Differences in regulatory DNA between people and human populations, and evolutionary changes from natural selection
In comparing genomes from individuals from several parts of the world, a team led by Benjamin Vernot, Joshua Akey, and Stamatoyannopolous found that changes affecting gene control regions are very frequent. In the average individual these changes dwarf those found in DNA that encodes proteins. By performing genome-wide scans for areas of recent evolutionary change, scientist discovered evidence that hundreds regulatory DNA regions had been targeted by natural selection, presumably because of their roles in biological pathways important for human survival, such as skin pigmentation and fat storage. Genome Research: Personal and population genomics of human regulatory variation.

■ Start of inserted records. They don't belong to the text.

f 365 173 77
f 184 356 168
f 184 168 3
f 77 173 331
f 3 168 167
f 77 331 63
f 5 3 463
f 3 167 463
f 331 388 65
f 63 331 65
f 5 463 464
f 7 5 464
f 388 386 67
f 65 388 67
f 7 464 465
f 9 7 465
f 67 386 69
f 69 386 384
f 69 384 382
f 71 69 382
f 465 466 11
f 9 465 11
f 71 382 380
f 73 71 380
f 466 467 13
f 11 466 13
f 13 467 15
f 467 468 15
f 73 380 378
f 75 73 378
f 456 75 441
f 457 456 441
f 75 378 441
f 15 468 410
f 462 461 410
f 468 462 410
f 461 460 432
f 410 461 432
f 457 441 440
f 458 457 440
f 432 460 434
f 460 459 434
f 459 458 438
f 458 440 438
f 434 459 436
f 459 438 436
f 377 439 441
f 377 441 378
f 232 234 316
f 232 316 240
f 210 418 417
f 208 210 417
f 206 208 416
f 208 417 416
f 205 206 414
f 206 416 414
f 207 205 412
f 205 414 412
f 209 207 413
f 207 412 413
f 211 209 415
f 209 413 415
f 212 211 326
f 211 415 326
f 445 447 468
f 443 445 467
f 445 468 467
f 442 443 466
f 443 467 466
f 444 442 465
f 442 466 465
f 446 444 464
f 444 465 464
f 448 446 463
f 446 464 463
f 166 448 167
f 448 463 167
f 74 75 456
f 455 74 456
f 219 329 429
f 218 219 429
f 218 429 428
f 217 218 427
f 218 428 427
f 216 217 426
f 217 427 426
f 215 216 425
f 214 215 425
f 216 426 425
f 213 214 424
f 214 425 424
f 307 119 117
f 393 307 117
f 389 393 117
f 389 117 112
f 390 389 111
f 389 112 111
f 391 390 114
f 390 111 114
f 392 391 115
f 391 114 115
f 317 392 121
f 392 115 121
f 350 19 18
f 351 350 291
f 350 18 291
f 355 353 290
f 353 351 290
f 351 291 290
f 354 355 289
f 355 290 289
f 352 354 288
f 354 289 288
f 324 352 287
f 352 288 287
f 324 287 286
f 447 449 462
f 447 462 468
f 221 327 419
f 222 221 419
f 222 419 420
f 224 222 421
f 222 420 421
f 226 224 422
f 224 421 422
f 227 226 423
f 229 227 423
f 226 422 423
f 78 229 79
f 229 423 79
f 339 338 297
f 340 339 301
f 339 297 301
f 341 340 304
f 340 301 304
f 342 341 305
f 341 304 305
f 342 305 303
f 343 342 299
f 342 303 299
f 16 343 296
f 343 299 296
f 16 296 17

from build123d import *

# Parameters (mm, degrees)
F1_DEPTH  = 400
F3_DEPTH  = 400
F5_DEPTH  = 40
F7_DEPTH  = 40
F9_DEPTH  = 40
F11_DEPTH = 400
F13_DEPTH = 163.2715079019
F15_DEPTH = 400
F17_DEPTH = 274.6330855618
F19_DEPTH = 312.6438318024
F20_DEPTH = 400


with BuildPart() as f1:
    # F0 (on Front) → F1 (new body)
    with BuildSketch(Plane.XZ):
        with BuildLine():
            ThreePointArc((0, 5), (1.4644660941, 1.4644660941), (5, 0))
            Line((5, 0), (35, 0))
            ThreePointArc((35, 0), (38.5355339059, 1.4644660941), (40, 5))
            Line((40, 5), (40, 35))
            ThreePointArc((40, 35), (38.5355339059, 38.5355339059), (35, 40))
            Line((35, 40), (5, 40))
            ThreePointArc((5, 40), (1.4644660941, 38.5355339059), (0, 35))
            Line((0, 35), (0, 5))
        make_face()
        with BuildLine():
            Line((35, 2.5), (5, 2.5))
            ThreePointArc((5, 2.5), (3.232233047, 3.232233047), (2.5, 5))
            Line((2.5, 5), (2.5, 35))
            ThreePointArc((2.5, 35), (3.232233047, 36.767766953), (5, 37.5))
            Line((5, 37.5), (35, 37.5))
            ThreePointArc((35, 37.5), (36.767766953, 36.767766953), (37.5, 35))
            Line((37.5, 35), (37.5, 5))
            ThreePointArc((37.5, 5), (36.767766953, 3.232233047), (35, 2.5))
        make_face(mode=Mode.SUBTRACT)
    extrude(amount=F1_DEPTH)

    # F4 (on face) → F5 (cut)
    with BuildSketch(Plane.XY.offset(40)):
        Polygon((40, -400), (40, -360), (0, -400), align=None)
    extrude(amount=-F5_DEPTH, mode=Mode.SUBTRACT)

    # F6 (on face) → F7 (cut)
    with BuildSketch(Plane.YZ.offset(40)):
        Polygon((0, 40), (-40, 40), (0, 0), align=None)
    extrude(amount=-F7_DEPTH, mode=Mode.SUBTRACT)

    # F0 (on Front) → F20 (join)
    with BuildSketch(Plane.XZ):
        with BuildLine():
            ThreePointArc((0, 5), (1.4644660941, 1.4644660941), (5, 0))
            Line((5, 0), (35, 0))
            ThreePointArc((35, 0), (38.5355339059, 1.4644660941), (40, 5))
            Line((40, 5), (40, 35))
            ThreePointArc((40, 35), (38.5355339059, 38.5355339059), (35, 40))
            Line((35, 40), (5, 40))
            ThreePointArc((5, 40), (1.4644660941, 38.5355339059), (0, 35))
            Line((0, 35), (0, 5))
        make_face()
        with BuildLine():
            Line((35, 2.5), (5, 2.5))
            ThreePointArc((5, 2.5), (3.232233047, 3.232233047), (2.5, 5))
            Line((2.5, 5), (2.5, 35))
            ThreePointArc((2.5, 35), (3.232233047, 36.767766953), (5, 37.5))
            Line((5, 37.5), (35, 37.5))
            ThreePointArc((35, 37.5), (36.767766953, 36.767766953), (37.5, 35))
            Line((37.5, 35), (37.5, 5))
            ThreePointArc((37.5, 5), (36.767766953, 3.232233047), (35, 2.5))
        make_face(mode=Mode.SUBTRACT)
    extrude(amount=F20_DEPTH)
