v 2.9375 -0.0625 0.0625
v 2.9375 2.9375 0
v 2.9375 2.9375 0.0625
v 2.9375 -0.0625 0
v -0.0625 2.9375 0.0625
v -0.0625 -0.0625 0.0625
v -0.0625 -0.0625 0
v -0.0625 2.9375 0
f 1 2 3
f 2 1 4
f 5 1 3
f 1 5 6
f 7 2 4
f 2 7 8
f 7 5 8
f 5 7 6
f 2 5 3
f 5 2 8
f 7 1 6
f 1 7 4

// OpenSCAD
// element10.scad
// Units: inches

plate_w = 2 + 7/8;
plate_d = 2 + 7/8;
plate_h = 1/16;

hole_d = 3/32;
hole_r = hole_d / 2;

module rivet_holes() {
    // 10 holes per side; inset = half the spacing so holes form a clean frame
    spacing_x = plate_w / 10;
    spacing_y = plate_d / 10;
    inset_x   = spacing_x / 2;
    inset_y   = spacing_y / 2;
/*
    // Front edge
    for (i = [0:9])
        translate([inset_x + i * spacing_x, inset_y, -1])
            cylinder(h = plate_h + 2, r = hole_r, $fn = 20);

    // Back edge
    for (i = [0:9])
        translate([inset_x + i * spacing_x, plate_d - inset_y, -1])
            cylinder(h = plate_h + 2, r = hole_r, $fn = 20);
*/
    // Left edge
    for (i = [0:9])
        translate([inset_x, inset_y + i * spacing_y, -1])
            cylinder(h = plate_h + 2, r = hole_r, $fn = 20);

    // Right edge
    for (i = [0:9])
        translate([plate_w - inset_x, inset_y + i * spacing_y, -1])
            cylinder(h = plate_h + 2, r = hole_r, $fn = 20);
}

rivet_h = plate_h;

module rivets() {
    spacing_x = plate_w / 10;
    spacing_y = plate_d / 10;
    inset_x   = spacing_x / 2;
    inset_y   = spacing_y / 2;

    color("lightgray") {
/*
        // Front edge
        for (i = [0:9])
            translate([inset_x + i * spacing_x, inset_y, 0])
                cylinder(h = rivet_h, r = hole_r, $fn = 20);

        // Back edge
        for (i = [0:9])
            translate([inset_x + i * spacing_x, plate_d - inset_y, 0])
                cylinder(h = rivet_h, r = hole_r, $fn = 20);
*/
        // Left edge
        for (i = [0:9])
            translate([inset_x, inset_y + i * spacing_y, 0])
                cylinder(h = rivet_h, r = hole_r, $fn = 20);

        // Right edge
        for (i = [0:9])
            translate([plate_w - inset_x, inset_y + i * spacing_y, 0])
                cylinder(h = rivet_h, r = hole_r, $fn = 20);
    }
}

frame_w = 1/16;

// Roller slots
roller_count  = 11;
roller_h_size = 3/16;   // top-to-bottom thickness of each roller slot
roller_r      = roller_h_size / 2;

// Available space inside rivet frame (same inset as rivet spacing)
roller_inset_x = (plate_w / 10) / 2;
roller_inset_y = (plate_d / 10) / 2;
roller_zone_w  = plate_w - 2 * roller_inset_x;
roller_zone_d  = plate_d - 2 * roller_inset_y;

// Gap between rollers: split remaining vertical space evenly across 12 gaps
roller_gap = (roller_zone_d - roller_count * roller_h_size) / (roller_count + 1);

module roller_slots() {
    // Additional left/right clearzone equal to rivet-to-edge inset
    roller_x_start = 2 * roller_inset_x;
    roller_x_end   = plate_w - 2 * roller_inset_x;

    for (i = [0:roller_count - 1]) {
        cy = roller_inset_y + roller_gap + roller_r + i * (roller_h_size + roller_gap);
        translate([0, 0, -0.001])
        // Stadium shape: hull of two cylinders
        hull() {
            translate([roller_x_start + roller_r, cy, 0])
                cylinder(h = plate_h + 0.002, r = roller_r, $fn = 20);
            translate([roller_x_end - roller_r, cy, 0])
                cylinder(h = plate_h + 0.002, r = roller_r, $fn = 20);
        }
    }
}

belt_w = 1.75;
belt_d = 2 + 13/16;

module rollers() {
    roller_x_start = 2 * roller_inset_x;
    roller_x_end   = plate_w - 2 * roller_inset_x;

    color("green")
    difference() {
        for (i = [0:roller_count - 1]) {
            cy = roller_inset_y + roller_gap + roller_r + i * (roller_h_size + roller_gap);
            hull() {
                translate([roller_x_start + roller_r, cy, 0])
                    cylinder(h = plate_h, r = roller_r, $fn = 20);
                translate([roller_x_end - roller_r, cy, 0])
                    cylinder(h = plate_h, r = roller_r, $fn = 20);
            }
        }
        belt_cutout();
    }
}

module frame() {
    color("black")
    difference() {
        translate([-frame_w, -frame_w, 0])
            cube([plate_w + 2*frame_w, plate_d + 2*frame_w, plate_h]);
        translate([0, 0, -0.001])
            cube([plate_w, plate_d, plate_h + 0.002]);
    }
}

module belt_cutout() {
    translate([(plate_w - belt_w) / 2, -0.001, -0.001])
        cube([belt_w, plate_d + 0.002, plate_h + 0.002]);
}

module plate() {
    difference() {
        color("darkgray")
            cube([plate_w, plate_d, plate_h]);
        rivet_holes();
        roller_slots();
        belt_cutout();
    }
}

arrow_h       = 3/4 * plate_d;
arrow_w       = belt_w * 0.9;
arrow_outline = 1/8;
arrow_head_h  = arrow_h * 0.4;
arrow_shaft_h = arrow_h - arrow_head_h;
arrow_shaft_w = arrow_w * 0.4;

module arrow_2d() {
    polygon([
        [-arrow_shaft_w/2, 0],
        [ arrow_shaft_w/2, 0],
        [ arrow_shaft_w/2, arrow_shaft_h],
        [ arrow_w/2,       arrow_shaft_h],
        [ 0,               arrow_h],
        [-arrow_w/2,       arrow_shaft_h],
        [-arrow_shaft_w/2, arrow_shaft_h]
    ]);
}

module arrow_cutout() {
    translate([plate_w/2, (plate_d - arrow_h)/2, -0.001])
    linear_extrude(plate_h + 0.002)
    difference() {
        arrow_2d();
        offset(delta = -arrow_outline) arrow_2d();
    }
}

module arrow() {
    color("green")
    translate([plate_w/2, (plate_d - arrow_h)/2, 0])
    linear_extrude(plate_h)
    difference() {
        arrow_2d();
        offset(delta = -arrow_outline) arrow_2d();
    }
}

module belt() {
    color("black")
    difference() {
        translate([(plate_w - belt_w) / 2, 0, 0])
            cube([belt_w, plate_d, plate_h]);
        arrow_cutout();
    }
}

frame();
plate();
rivets();
rollers();
belt();
arrow();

New insights into the genome’s ‘master weaver’
Not all regulatory proteins are created equal: CTCF has earned the title of the genome’s ‘master weaver’ because it not only controls genes but determines how DNA is wound up within the cell nucleus. Prior research had suggested that the sites along the genome to which CTCF liked to dock were nearly the same in every cell. By CTCF binding across many cell types, UW researchers have found patterns varied among different cells, and between normal cells and cells that keep growing indefinitely, such as cancer cells. Many changes between cell types were accompanied by chemical changes in DNA known as methylation, which has been linked with aging. Genome Research: Widespread plasticity in CTCF occupancy linked to DNA methylation.
Teaching computers to find patterns in ENCODE “big data”
UW researchers in Genome Sciences and Electrical Engineering, led by William Noble and Michael M. Hoffman and have applied machine learning techniques to find patterns in the structure of human DNA and associated biomolecules. Machine learning involves the use of computer programs that can learn to classify big data sets into human-interpretable categories. The team designed a computer program and trained it to examine and characterize data on the location of chromatin modifications. Chromatin is the three-dimensional structure that DNA forms as it wraps around bead-like protein structures known as nucleosomes. The team used the software to identify patterns associated with genes and other DNA elements important in the regulation of gene activity.